Aim of the exercise: Go to the line containing "f 7 232 233" in the records below and print it and every following line exactly, on through the line containing "f 243 28 242", then stop.

Extracted entries START

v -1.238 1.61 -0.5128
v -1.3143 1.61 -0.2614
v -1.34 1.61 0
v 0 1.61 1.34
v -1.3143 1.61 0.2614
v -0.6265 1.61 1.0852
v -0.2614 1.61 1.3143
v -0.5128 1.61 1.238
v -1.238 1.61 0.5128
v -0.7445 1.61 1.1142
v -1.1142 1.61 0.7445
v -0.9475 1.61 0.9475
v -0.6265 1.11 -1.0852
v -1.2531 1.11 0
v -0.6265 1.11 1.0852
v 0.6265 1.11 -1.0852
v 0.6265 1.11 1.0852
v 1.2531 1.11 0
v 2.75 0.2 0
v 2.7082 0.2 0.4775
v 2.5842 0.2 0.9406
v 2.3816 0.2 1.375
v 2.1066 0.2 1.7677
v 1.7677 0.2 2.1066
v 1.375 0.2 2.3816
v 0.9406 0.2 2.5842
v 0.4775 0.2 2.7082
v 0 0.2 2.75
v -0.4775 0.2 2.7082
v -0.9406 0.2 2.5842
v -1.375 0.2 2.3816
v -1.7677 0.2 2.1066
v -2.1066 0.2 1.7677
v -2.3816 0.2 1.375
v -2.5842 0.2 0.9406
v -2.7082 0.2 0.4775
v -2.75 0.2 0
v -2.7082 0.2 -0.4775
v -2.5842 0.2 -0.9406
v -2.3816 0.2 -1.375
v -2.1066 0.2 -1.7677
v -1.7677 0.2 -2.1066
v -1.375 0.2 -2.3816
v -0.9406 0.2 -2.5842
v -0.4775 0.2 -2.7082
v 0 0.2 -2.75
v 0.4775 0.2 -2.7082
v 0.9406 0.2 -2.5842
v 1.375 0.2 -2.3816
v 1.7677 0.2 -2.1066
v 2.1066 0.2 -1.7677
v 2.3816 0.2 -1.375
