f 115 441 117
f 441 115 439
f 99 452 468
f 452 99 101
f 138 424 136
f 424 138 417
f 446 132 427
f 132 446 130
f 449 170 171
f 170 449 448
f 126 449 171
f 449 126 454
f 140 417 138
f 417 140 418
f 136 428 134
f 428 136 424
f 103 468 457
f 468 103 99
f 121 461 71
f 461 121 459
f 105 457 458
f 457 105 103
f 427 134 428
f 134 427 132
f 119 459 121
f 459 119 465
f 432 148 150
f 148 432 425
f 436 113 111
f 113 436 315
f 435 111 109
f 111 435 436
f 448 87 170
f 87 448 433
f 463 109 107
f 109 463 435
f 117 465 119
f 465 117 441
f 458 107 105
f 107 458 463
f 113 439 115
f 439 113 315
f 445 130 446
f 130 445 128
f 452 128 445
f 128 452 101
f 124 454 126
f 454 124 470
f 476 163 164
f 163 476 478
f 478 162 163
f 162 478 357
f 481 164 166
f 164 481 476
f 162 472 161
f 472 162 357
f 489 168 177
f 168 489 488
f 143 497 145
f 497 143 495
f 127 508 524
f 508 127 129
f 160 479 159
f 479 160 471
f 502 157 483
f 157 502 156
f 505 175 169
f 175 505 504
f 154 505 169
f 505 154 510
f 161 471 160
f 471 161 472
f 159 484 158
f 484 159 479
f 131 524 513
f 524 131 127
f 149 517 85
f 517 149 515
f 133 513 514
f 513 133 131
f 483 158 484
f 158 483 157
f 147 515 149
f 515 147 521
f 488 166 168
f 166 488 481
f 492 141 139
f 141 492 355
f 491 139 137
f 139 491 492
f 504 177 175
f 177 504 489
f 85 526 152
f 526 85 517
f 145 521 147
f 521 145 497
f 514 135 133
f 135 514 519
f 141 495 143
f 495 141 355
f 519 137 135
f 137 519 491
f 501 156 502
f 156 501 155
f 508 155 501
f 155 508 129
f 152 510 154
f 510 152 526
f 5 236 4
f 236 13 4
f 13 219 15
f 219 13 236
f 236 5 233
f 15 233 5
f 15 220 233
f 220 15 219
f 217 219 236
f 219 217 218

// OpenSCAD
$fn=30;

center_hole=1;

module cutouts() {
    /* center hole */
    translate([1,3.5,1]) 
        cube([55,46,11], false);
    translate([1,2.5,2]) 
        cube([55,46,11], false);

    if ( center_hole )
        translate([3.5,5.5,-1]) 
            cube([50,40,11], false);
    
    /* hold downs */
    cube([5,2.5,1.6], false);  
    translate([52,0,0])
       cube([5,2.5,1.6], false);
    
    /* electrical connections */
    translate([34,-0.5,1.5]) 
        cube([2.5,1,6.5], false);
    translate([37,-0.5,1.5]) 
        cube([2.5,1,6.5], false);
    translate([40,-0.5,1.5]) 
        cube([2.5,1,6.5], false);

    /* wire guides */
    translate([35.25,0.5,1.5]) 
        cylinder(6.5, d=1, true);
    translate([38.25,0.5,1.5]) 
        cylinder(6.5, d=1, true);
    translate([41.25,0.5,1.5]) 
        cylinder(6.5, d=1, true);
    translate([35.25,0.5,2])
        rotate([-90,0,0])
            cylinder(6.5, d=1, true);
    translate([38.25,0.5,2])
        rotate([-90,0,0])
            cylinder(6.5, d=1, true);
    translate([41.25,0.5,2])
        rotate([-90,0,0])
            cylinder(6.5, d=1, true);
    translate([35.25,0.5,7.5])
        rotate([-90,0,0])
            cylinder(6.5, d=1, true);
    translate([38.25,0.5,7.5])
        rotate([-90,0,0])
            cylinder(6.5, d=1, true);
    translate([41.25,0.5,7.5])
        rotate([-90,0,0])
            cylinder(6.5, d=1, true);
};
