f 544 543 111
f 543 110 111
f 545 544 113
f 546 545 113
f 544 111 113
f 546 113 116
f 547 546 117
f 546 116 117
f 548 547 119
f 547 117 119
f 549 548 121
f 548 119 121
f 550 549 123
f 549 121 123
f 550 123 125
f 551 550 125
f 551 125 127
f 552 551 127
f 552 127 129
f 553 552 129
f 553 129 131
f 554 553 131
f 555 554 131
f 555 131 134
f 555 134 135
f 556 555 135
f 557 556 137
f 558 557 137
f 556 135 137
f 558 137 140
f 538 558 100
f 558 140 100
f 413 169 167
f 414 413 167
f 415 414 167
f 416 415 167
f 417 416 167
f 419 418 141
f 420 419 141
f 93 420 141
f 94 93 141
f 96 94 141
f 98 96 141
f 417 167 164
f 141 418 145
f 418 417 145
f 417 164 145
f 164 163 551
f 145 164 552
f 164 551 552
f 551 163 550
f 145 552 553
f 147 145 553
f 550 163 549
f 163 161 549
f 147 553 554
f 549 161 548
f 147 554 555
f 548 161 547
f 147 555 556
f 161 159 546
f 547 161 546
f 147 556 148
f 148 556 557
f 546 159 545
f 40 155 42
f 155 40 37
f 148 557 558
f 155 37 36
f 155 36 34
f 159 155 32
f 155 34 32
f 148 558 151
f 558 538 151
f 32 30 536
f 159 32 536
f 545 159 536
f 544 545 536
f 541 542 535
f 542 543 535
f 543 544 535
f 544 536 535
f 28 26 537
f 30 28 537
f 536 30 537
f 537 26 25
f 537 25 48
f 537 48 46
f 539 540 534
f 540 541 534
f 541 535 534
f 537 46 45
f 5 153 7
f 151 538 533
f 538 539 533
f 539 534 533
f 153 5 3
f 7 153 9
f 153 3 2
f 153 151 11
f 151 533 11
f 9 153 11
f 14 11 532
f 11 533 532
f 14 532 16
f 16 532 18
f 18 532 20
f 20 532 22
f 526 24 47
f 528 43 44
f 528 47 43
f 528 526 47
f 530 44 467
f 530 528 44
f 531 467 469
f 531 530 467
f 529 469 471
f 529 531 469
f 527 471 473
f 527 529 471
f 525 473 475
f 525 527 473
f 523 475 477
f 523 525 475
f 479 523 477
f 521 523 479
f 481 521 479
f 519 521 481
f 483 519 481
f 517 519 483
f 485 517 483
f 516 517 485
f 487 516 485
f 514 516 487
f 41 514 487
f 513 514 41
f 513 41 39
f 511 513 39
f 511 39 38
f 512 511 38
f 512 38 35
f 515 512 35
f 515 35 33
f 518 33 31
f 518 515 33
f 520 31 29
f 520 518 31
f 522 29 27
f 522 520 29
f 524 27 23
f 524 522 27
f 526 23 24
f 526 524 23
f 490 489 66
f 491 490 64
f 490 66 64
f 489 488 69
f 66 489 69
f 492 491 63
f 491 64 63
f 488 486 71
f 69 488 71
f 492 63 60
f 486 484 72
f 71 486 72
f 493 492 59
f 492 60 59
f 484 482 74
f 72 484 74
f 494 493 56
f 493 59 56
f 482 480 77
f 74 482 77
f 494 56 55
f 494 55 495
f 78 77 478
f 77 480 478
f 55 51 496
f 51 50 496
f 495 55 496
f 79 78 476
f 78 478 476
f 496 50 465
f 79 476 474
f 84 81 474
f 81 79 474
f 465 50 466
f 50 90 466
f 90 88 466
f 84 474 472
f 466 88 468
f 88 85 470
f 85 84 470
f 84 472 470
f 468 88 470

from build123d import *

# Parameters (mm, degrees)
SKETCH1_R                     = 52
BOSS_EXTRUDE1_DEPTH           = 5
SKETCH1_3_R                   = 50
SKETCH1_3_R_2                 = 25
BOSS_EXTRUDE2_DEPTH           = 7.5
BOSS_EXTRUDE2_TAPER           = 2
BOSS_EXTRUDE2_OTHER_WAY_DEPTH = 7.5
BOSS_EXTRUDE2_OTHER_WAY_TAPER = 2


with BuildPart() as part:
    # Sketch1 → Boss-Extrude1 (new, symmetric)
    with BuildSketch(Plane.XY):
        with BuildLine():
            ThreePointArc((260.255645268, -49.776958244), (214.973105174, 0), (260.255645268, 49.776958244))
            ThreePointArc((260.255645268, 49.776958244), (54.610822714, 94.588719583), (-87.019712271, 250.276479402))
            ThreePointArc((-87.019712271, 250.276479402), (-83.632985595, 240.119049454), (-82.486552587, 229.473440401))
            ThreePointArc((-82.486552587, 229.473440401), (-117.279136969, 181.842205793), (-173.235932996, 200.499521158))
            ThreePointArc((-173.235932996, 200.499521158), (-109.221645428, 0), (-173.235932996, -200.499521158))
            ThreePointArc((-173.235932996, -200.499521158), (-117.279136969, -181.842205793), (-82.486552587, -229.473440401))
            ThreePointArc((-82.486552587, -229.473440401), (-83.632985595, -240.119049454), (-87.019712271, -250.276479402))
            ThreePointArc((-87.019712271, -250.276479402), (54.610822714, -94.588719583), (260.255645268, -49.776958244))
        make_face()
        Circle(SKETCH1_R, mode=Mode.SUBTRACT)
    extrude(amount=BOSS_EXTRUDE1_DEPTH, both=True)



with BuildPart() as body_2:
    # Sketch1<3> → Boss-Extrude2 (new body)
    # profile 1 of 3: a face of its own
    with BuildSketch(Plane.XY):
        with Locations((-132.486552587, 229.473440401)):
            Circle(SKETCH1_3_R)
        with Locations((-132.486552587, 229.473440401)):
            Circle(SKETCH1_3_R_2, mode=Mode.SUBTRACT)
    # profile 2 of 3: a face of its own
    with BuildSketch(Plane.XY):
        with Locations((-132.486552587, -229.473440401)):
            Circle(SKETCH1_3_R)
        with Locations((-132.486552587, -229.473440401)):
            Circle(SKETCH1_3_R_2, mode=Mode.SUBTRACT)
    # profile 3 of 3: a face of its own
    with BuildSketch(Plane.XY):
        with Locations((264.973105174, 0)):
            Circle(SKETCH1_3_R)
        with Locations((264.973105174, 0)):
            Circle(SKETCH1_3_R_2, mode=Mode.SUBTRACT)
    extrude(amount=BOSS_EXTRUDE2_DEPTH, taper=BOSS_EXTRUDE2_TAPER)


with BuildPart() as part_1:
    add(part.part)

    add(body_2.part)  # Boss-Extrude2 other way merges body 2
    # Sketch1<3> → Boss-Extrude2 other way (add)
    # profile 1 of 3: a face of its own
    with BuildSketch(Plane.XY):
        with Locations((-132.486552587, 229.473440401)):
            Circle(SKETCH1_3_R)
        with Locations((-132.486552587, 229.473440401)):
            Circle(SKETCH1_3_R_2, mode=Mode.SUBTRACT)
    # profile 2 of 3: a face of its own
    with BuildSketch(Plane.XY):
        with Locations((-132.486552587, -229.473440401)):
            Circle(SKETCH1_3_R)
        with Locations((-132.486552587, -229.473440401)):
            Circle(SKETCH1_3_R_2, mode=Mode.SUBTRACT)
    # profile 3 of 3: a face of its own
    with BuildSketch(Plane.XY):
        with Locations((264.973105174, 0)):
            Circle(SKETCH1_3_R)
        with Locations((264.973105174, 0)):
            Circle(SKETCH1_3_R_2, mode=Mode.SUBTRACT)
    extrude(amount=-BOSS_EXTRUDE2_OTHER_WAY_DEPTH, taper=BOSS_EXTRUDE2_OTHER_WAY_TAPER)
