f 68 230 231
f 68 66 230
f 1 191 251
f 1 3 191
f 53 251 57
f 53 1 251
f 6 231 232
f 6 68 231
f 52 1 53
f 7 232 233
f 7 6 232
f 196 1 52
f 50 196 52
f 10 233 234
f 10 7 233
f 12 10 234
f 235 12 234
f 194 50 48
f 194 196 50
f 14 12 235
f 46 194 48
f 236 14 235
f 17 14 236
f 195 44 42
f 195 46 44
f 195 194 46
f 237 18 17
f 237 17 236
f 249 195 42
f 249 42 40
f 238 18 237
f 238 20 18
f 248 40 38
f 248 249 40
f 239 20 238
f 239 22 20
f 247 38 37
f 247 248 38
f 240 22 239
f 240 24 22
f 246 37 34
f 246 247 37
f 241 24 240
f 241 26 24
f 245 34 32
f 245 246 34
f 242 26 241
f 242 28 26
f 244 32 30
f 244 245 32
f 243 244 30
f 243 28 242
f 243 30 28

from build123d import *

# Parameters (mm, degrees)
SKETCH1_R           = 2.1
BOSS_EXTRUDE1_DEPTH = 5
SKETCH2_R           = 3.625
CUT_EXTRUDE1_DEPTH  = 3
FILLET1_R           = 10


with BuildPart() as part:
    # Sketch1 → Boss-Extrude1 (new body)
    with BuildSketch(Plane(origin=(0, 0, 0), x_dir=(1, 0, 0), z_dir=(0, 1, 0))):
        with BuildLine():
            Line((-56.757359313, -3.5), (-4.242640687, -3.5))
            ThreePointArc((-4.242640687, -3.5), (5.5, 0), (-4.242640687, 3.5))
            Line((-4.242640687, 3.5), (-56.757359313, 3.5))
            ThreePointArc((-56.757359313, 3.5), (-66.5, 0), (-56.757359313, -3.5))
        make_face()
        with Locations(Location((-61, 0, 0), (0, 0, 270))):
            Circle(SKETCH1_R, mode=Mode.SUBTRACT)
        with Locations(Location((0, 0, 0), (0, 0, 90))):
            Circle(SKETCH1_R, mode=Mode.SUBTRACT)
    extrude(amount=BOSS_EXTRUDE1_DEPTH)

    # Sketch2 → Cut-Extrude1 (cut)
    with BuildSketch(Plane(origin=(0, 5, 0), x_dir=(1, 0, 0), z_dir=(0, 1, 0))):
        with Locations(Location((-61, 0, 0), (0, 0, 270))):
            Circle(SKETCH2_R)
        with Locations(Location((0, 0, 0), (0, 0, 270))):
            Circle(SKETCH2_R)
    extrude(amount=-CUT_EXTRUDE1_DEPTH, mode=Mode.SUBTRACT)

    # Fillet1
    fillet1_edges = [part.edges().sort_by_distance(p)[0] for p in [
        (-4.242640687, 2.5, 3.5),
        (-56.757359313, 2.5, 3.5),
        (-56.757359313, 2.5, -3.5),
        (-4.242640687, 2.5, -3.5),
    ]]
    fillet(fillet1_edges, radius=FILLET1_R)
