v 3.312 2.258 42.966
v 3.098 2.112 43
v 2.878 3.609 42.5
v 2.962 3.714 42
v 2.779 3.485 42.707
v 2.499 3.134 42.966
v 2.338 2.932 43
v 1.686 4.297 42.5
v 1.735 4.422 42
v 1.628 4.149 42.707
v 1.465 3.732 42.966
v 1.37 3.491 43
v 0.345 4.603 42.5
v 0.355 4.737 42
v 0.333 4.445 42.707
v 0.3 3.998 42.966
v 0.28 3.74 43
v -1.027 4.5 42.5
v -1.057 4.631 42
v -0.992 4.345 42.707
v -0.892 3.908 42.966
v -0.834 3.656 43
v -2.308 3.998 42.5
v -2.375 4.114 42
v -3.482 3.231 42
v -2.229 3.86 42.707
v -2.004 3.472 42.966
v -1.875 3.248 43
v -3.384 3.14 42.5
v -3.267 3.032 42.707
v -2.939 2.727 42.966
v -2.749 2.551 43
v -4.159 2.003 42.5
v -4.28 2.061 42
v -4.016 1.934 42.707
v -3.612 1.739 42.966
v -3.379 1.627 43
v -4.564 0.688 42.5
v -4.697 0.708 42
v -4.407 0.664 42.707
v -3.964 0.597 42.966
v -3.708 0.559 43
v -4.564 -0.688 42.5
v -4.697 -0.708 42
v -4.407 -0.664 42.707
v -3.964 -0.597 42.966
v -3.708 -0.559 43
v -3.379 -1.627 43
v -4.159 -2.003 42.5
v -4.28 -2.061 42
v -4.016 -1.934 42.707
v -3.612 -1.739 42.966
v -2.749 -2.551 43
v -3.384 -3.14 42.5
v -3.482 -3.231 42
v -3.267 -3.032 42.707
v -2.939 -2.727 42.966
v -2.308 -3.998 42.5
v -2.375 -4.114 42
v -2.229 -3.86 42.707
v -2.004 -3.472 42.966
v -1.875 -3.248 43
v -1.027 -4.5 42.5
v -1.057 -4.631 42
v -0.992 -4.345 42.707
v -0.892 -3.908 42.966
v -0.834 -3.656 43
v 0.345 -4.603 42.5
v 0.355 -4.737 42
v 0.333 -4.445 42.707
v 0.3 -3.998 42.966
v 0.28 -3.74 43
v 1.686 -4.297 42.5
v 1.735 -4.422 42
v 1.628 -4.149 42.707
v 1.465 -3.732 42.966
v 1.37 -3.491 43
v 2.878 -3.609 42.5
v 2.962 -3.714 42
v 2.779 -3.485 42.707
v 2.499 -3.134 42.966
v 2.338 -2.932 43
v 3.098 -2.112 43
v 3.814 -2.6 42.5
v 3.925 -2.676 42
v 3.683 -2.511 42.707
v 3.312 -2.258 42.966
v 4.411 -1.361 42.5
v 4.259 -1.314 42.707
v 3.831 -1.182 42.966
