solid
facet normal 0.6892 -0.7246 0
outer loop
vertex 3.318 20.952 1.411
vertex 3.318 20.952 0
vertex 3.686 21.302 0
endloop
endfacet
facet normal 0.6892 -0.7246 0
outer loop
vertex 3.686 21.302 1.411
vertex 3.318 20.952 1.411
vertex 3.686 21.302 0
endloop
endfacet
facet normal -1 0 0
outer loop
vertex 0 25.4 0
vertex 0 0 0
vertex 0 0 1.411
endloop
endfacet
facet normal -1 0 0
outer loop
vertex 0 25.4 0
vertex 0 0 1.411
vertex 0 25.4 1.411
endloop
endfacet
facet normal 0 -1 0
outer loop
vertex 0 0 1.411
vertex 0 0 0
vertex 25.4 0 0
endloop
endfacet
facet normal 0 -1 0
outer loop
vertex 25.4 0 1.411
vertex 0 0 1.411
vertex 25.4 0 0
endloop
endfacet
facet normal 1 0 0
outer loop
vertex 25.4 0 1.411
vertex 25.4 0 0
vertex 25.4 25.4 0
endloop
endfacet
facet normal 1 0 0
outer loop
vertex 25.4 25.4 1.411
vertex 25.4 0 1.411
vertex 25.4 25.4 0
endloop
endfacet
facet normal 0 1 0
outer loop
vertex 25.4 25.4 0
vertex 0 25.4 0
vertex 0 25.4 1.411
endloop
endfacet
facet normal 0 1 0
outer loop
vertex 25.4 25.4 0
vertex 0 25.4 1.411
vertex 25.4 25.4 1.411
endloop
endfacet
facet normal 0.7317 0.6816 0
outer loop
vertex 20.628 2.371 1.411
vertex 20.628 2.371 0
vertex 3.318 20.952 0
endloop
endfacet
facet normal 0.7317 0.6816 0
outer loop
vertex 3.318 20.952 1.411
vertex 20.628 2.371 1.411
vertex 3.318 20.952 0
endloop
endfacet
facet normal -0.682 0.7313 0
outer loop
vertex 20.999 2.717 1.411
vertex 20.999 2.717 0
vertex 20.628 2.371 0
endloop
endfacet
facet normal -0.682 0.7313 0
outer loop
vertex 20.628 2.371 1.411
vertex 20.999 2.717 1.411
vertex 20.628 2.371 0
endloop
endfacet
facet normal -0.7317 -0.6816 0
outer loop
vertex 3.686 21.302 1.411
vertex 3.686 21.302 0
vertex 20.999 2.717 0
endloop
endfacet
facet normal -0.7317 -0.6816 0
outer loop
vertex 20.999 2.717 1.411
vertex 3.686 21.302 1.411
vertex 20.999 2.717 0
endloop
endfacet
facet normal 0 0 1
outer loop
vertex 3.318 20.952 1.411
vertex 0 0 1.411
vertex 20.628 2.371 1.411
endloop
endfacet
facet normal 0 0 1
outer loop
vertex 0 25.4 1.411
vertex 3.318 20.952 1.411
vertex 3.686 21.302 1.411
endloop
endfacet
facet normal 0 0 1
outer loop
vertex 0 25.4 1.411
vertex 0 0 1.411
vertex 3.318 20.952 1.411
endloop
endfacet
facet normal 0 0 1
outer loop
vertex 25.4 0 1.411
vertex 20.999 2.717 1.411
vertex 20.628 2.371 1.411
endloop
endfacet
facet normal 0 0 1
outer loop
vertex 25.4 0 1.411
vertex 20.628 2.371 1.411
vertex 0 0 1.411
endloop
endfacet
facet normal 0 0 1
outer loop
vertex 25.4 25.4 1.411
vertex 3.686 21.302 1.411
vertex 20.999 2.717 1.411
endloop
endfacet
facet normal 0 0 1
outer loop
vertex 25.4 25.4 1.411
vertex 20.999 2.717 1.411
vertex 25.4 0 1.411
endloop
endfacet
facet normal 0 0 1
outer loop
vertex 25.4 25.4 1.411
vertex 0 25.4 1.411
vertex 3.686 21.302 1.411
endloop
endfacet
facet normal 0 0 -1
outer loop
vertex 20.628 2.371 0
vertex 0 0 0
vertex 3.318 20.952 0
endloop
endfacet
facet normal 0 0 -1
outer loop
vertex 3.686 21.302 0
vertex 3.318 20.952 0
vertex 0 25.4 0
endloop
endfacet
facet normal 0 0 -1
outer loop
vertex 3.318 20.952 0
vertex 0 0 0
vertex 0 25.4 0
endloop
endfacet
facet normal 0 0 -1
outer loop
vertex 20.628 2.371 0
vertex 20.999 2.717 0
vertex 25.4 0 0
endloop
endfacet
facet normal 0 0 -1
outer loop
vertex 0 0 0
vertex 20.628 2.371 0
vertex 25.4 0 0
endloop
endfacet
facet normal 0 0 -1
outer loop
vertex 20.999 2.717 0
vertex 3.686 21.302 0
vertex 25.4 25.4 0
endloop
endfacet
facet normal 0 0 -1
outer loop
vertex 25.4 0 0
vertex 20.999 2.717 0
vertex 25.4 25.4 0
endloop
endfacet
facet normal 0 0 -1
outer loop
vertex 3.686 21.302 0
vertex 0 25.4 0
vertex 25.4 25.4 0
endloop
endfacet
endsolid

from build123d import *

# Parameters (mm, degrees)
F0_W     = 25.4
F0_H     = 25.4
F1_DEPTH = 1.411111


with BuildPart() as f1:
    # F0 (on Top) → F1 (new body)
    with BuildSketch(Plane.XY):
        with Locations((12.7, 12.7)):
            Rectangle(F0_W, F0_H)
        Polygon((20.627546, 2.370901), (3.317771, 20.952014), (3.685775, 21.30221), (20.999226, 2.717151), align=None, mode=Mode.SUBTRACT)
    extrude(amount=F1_DEPTH)


solid = f1.part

Extracted entries END

Answer section:
f 7 232 233
f 7 6 232
f 196 1 52
f 50 196 52
f 10 233 234
f 10 7 233
f 12 10 234
f 235 12 234
f 194 50 48
f 194 196 50
f 14 12 235
f 46 194 48
f 236 14 235
f 17 14 236
f 195 44 42
f 195 46 44
f 195 194 46
f 237 18 17
f 237 17 236
f 249 195 42
f 249 42 40
f 238 18 237
f 238 20 18
f 248 40 38
f 248 249 40
f 239 20 238
f 239 22 20
f 247 38 37
f 247 248 38
f 240 22 239
f 240 24 22
f 246 37 34
f 246 247 37
f 241 24 240
f 241 26 24
f 245 34 32
f 245 246 34
f 242 26 241
f 242 28 26
f 244 32 30
f 244 245 32
f 243 244 30
f 243 28 242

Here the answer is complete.